(Dataset entries)

--

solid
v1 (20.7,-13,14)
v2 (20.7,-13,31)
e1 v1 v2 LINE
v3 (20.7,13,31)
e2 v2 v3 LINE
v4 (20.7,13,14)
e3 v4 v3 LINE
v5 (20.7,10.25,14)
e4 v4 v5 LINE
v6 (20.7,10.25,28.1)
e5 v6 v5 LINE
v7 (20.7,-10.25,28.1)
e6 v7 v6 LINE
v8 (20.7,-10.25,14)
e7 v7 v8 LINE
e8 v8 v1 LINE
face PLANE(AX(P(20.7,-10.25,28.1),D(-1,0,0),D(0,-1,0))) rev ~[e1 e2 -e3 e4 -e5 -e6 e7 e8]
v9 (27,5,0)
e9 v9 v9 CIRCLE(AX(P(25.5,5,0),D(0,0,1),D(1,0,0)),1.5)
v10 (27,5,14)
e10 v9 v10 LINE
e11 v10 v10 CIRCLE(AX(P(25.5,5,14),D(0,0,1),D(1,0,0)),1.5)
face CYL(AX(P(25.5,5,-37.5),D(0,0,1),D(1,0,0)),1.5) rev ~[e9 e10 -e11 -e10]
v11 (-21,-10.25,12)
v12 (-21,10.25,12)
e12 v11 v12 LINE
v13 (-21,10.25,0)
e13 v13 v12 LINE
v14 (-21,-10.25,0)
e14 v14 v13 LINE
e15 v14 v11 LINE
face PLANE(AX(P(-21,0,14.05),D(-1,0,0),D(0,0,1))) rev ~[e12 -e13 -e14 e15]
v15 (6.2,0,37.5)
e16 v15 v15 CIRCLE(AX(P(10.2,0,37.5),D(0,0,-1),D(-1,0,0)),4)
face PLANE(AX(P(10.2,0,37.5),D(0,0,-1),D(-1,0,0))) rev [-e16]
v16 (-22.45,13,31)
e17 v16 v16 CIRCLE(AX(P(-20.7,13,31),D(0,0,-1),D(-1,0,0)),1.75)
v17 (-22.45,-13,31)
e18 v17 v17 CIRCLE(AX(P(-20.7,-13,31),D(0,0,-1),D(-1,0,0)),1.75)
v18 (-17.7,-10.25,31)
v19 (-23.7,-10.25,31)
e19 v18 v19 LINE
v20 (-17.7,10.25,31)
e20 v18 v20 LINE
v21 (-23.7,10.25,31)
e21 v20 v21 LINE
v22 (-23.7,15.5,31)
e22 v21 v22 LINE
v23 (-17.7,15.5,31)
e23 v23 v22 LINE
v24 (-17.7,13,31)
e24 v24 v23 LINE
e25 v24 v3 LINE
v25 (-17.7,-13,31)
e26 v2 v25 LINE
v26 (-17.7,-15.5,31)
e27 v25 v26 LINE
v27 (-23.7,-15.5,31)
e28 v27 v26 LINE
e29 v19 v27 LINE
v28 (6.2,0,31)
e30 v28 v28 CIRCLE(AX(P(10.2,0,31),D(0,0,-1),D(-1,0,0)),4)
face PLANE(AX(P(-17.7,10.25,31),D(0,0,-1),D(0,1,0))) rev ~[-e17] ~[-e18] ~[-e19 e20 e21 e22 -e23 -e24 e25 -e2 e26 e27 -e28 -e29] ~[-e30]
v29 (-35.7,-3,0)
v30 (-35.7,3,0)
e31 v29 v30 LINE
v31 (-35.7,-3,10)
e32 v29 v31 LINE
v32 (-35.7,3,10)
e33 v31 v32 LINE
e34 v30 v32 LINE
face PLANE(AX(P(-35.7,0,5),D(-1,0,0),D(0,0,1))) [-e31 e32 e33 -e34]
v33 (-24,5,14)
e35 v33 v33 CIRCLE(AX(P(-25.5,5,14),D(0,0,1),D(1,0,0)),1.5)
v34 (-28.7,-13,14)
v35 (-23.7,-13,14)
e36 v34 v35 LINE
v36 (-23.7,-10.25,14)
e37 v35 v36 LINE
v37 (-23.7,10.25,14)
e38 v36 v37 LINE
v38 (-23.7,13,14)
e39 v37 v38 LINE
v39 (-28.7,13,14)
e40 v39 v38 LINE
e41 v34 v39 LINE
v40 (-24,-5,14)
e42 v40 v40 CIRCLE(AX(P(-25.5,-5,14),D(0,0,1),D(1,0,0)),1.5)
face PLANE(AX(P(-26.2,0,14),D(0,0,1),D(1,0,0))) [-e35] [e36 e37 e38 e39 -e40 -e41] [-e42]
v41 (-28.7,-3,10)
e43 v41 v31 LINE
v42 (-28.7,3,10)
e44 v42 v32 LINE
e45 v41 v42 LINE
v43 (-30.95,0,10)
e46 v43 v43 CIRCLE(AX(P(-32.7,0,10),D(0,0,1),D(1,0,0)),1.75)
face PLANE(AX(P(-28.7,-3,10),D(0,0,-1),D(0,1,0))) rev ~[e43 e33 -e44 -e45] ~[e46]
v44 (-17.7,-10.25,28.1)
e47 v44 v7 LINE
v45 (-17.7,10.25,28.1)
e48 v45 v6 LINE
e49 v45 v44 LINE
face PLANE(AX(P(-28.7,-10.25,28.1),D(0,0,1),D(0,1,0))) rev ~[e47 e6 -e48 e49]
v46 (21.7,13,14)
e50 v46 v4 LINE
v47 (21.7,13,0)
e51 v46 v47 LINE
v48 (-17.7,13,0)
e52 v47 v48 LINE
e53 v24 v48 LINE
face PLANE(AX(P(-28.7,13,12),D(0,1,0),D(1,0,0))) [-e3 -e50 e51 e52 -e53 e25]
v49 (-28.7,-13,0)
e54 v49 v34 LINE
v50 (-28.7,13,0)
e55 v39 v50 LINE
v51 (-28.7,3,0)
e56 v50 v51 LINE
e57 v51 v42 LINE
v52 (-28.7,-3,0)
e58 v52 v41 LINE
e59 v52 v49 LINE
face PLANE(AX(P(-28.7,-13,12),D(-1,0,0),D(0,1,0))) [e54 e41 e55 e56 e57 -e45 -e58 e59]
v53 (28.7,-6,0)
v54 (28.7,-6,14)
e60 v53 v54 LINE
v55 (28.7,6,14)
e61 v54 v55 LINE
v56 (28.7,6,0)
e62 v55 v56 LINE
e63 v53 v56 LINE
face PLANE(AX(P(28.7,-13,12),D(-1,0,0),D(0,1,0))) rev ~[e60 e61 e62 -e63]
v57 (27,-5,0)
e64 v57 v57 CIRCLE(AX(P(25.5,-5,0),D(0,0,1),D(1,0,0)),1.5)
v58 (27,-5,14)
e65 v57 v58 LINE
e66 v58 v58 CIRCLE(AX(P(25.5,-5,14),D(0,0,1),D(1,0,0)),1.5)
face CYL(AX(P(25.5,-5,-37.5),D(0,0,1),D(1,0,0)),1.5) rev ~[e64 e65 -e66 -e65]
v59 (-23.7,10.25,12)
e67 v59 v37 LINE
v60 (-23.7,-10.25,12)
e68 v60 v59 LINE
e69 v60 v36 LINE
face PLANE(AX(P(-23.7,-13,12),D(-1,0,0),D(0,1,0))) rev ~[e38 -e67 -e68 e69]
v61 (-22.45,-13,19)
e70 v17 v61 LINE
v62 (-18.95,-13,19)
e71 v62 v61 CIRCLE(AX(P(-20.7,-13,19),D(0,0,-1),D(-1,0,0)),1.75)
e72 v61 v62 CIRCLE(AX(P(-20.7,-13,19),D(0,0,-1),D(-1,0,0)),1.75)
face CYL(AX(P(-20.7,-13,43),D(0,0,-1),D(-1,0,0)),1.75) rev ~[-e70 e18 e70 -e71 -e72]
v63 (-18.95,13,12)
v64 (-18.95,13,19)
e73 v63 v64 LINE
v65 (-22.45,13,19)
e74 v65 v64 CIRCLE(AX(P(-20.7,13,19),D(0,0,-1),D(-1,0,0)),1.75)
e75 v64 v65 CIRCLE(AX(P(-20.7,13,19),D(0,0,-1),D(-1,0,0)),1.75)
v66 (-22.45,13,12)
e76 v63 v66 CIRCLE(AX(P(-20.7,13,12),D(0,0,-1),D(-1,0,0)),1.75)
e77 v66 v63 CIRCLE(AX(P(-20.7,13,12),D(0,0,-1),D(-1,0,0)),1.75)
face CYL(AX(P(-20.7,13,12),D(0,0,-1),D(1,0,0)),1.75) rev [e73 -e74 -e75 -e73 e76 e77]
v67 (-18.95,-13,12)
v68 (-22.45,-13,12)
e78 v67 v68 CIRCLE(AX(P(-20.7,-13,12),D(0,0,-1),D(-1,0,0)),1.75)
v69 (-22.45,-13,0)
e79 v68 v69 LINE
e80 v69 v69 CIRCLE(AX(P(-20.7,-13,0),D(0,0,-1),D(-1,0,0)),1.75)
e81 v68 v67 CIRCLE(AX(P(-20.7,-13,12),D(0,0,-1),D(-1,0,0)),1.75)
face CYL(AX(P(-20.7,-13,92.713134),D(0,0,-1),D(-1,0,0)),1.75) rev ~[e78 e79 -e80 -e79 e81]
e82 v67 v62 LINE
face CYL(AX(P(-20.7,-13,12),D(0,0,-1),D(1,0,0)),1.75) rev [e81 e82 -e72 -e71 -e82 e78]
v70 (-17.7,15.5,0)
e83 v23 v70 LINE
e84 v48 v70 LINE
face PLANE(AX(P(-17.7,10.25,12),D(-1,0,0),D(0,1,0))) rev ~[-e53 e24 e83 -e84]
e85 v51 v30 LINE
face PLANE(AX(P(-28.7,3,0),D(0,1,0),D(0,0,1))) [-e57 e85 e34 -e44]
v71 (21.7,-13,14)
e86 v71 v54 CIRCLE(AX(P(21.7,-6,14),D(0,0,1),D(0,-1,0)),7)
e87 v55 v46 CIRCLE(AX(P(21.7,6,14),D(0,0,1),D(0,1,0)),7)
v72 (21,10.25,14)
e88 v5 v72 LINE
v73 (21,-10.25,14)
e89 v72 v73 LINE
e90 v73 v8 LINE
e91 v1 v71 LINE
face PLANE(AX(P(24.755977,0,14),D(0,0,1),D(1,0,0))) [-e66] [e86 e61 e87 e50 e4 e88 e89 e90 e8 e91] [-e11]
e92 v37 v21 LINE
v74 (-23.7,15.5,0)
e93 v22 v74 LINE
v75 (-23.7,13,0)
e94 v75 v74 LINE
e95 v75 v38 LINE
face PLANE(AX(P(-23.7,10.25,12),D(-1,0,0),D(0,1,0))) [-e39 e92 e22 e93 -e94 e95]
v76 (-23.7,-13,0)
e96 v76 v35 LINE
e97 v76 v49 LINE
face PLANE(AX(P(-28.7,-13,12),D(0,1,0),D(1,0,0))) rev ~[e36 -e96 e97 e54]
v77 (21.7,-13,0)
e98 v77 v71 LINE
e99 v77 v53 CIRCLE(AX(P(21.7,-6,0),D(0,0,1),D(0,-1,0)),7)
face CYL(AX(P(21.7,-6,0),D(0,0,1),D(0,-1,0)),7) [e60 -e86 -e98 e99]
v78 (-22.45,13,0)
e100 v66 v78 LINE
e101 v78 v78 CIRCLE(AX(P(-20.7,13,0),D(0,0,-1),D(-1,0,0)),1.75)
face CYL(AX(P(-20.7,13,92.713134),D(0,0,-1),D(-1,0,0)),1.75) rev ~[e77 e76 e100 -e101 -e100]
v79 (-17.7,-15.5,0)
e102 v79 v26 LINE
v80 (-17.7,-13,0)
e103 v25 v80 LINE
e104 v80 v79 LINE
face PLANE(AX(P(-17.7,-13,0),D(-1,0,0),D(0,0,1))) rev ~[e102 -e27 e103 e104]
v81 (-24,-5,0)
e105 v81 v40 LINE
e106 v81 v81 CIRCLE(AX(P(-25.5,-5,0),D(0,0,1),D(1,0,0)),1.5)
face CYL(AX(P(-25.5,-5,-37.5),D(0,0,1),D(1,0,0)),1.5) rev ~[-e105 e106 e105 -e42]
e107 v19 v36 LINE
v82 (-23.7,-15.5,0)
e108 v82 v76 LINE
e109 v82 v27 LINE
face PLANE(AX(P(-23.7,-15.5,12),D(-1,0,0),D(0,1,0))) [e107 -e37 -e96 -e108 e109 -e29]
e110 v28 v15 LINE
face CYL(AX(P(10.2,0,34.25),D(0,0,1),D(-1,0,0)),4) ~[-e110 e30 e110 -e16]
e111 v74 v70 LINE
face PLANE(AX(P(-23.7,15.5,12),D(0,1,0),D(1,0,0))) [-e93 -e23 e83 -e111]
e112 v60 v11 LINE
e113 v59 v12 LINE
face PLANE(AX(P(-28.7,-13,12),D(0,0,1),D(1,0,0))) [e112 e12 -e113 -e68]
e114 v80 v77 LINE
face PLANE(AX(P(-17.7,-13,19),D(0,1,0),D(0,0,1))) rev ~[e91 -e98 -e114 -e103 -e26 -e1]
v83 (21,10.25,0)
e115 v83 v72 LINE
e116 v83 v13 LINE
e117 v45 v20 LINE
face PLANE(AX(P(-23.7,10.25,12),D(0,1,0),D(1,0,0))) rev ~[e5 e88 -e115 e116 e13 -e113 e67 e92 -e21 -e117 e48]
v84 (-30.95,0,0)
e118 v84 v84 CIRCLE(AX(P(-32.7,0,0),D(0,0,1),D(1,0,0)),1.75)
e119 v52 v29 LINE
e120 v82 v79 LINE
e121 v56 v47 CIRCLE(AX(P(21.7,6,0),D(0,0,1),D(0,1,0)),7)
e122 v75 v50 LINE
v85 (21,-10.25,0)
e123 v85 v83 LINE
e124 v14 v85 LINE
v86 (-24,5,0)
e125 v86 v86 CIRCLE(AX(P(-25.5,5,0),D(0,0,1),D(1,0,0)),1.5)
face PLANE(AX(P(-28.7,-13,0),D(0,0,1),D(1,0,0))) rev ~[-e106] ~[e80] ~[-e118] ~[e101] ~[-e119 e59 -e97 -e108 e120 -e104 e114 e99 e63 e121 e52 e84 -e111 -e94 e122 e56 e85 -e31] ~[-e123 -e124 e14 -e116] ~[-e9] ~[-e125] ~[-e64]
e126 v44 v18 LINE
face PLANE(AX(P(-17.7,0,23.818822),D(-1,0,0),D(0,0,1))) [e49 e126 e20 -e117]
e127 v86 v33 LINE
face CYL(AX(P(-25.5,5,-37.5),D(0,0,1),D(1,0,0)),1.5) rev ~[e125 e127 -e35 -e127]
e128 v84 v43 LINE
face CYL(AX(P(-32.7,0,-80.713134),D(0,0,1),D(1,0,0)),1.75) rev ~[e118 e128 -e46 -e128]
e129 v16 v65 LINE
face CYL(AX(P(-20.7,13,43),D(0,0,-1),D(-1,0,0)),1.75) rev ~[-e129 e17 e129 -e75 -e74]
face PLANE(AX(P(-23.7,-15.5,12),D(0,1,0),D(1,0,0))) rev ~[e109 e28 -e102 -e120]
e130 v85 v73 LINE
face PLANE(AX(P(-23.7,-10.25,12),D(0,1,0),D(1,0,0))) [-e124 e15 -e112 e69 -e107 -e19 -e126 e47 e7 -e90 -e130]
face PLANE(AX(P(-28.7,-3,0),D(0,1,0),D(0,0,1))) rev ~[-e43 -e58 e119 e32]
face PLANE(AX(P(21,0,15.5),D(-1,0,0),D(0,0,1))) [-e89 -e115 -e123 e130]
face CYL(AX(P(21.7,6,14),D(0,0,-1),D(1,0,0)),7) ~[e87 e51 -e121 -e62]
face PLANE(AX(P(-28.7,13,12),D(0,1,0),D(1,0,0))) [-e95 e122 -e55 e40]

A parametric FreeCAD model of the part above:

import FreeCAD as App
import Part
import Sketcher
from FreeCAD import Vector
Q = App.Units.Quantity


def edges_at(feature, points):
    """Names of the edges that pass closest to the given points."""
    edges = feature.Shape.Edges
    near = lambda p: min(range(len(edges)), key=lambda i: edges[i].distToShape(Part.Vertex(*p))[0])
    return sorted({f"Edge{near(p) + 1}" for p in points})

doc = App.newDocument("Part")
params = doc.addObject("Spreadsheet::Sheet", "Params")
for row, (alias, value) in enumerate([
    ("sketch1_width", "57.4 mm"),
    ("sketch1_height", "28.5 mm"),
    ("pad1_length", "12 mm"),
    ("sketch2_height", "26 mm"),
    ("sketch2_width", "57.4 mm"),
    ("pad2_length", "19 mm"),
    ("sketch3_width", "20.5 mm"),
    ("sketch3_height", "16.1 mm"),
    ("pocket1_length", "7.7 mm"),
    ("sketch4_width", "20.5 mm"),
    ("sketch4_height", "28.1 mm"),
    ("pocket2_length", "41.7 mm"),
    ("sketch5_height", "31 mm"),
    ("sketch5_width", "20.5 mm"),
    ("pocket3_length", "0.3 mm"),
    ("sketch6_width", "8 mm"),
    ("sketch6_height", "26 mm"),
    ("sketch6_width2", "0.3 mm"),
    ("sketch6_height2", "20.5 mm"),
    ("pocket4_length", "2.9 mm"),
    ("sketch7_height", "12 mm"),
    ("sketch7_width", "2.5 mm"),
    ("pocket5_length", "46.4 mm"),
    ("sketch8_width", "26 mm"),
    ("sketch8_height", "19 mm"),
    ("sketch8_width2", "20.5 mm"),
    ("sketch8_height2", "16.1 mm"),
    ("pocket6_length", "7.7 mm"),
    ("sketch9_width", "8 mm"),
    ("sketch9_height", "26 mm"),
    ("sketch9_width2", "0.3 mm"),
    ("sketch9_height2", "20.5 mm"),
    ("pocket7_length", "14.1 mm"),
    ("sketch10_width", "26 mm"),
    ("sketch10_height", "19 mm"),
    ("sketch10_width2", "20.5 mm"),
    ("sketch10_height2", "16.1 mm"),
    ("pocket8_length", "3.3 mm"),
    ("sketch11_width", "11 mm"),
    ("sketch11_height", "12 mm"),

--

§ **TRY IT**: From the records above, reproduce exactly the lines from the one with "e117 v45 v20 LINE" to the one with "e129 v16 v65 LINE", both included, and no others.

§ **PROBLEM SOLUTION**:
e117 v45 v20 LINE
face PLANE(AX(P(-23.7,10.25,12),D(0,1,0),D(1,0,0))) rev ~[e5 e88 -e115 e116 e13 -e113 e67 e92 -e21 -e117 e48]
v84 (-30.95,0,0)
e118 v84 v84 CIRCLE(AX(P(-32.7,0,0),D(0,0,1),D(1,0,0)),1.75)
e119 v52 v29 LINE
e120 v82 v79 LINE
e121 v56 v47 CIRCLE(AX(P(21.7,6,0),D(0,0,1),D(0,1,0)),7)
e122 v75 v50 LINE
v85 (21,-10.25,0)
e123 v85 v83 LINE
e124 v14 v85 LINE
v86 (-24,5,0)
e125 v86 v86 CIRCLE(AX(P(-25.5,5,0),D(0,0,1),D(1,0,0)),1.5)
face PLANE(AX(P(-28.7,-13,0),D(0,0,1),D(1,0,0))) rev ~[-e106] ~[e80] ~[-e118] ~[e101] ~[-e119 e59 -e97 -e108 e120 -e104 e114 e99 e63 e121 e52 e84 -e111 -e94 e122 e56 e85 -e31] ~[-e123 -e124 e14 -e116] ~[-e9] ~[-e125] ~[-e64]
e126 v44 v18 LINE
face PLANE(AX(P(-17.7,0,23.818822),D(-1,0,0),D(0,0,1))) [e49 e126 e20 -e117]
e127 v86 v33 LINE
face CYL(AX(P(-25.5,5,-37.5),D(0,0,1),D(1,0,0)),1.5) rev ~[e125 e127 -e35 -e127]
e128 v84 v43 LINE
face CYL(AX(P(-32.7,0,-80.713134),D(0,0,1),D(1,0,0)),1.75) rev ~[e118 e128 -e46 -e128]
e129 v16 v65 LINE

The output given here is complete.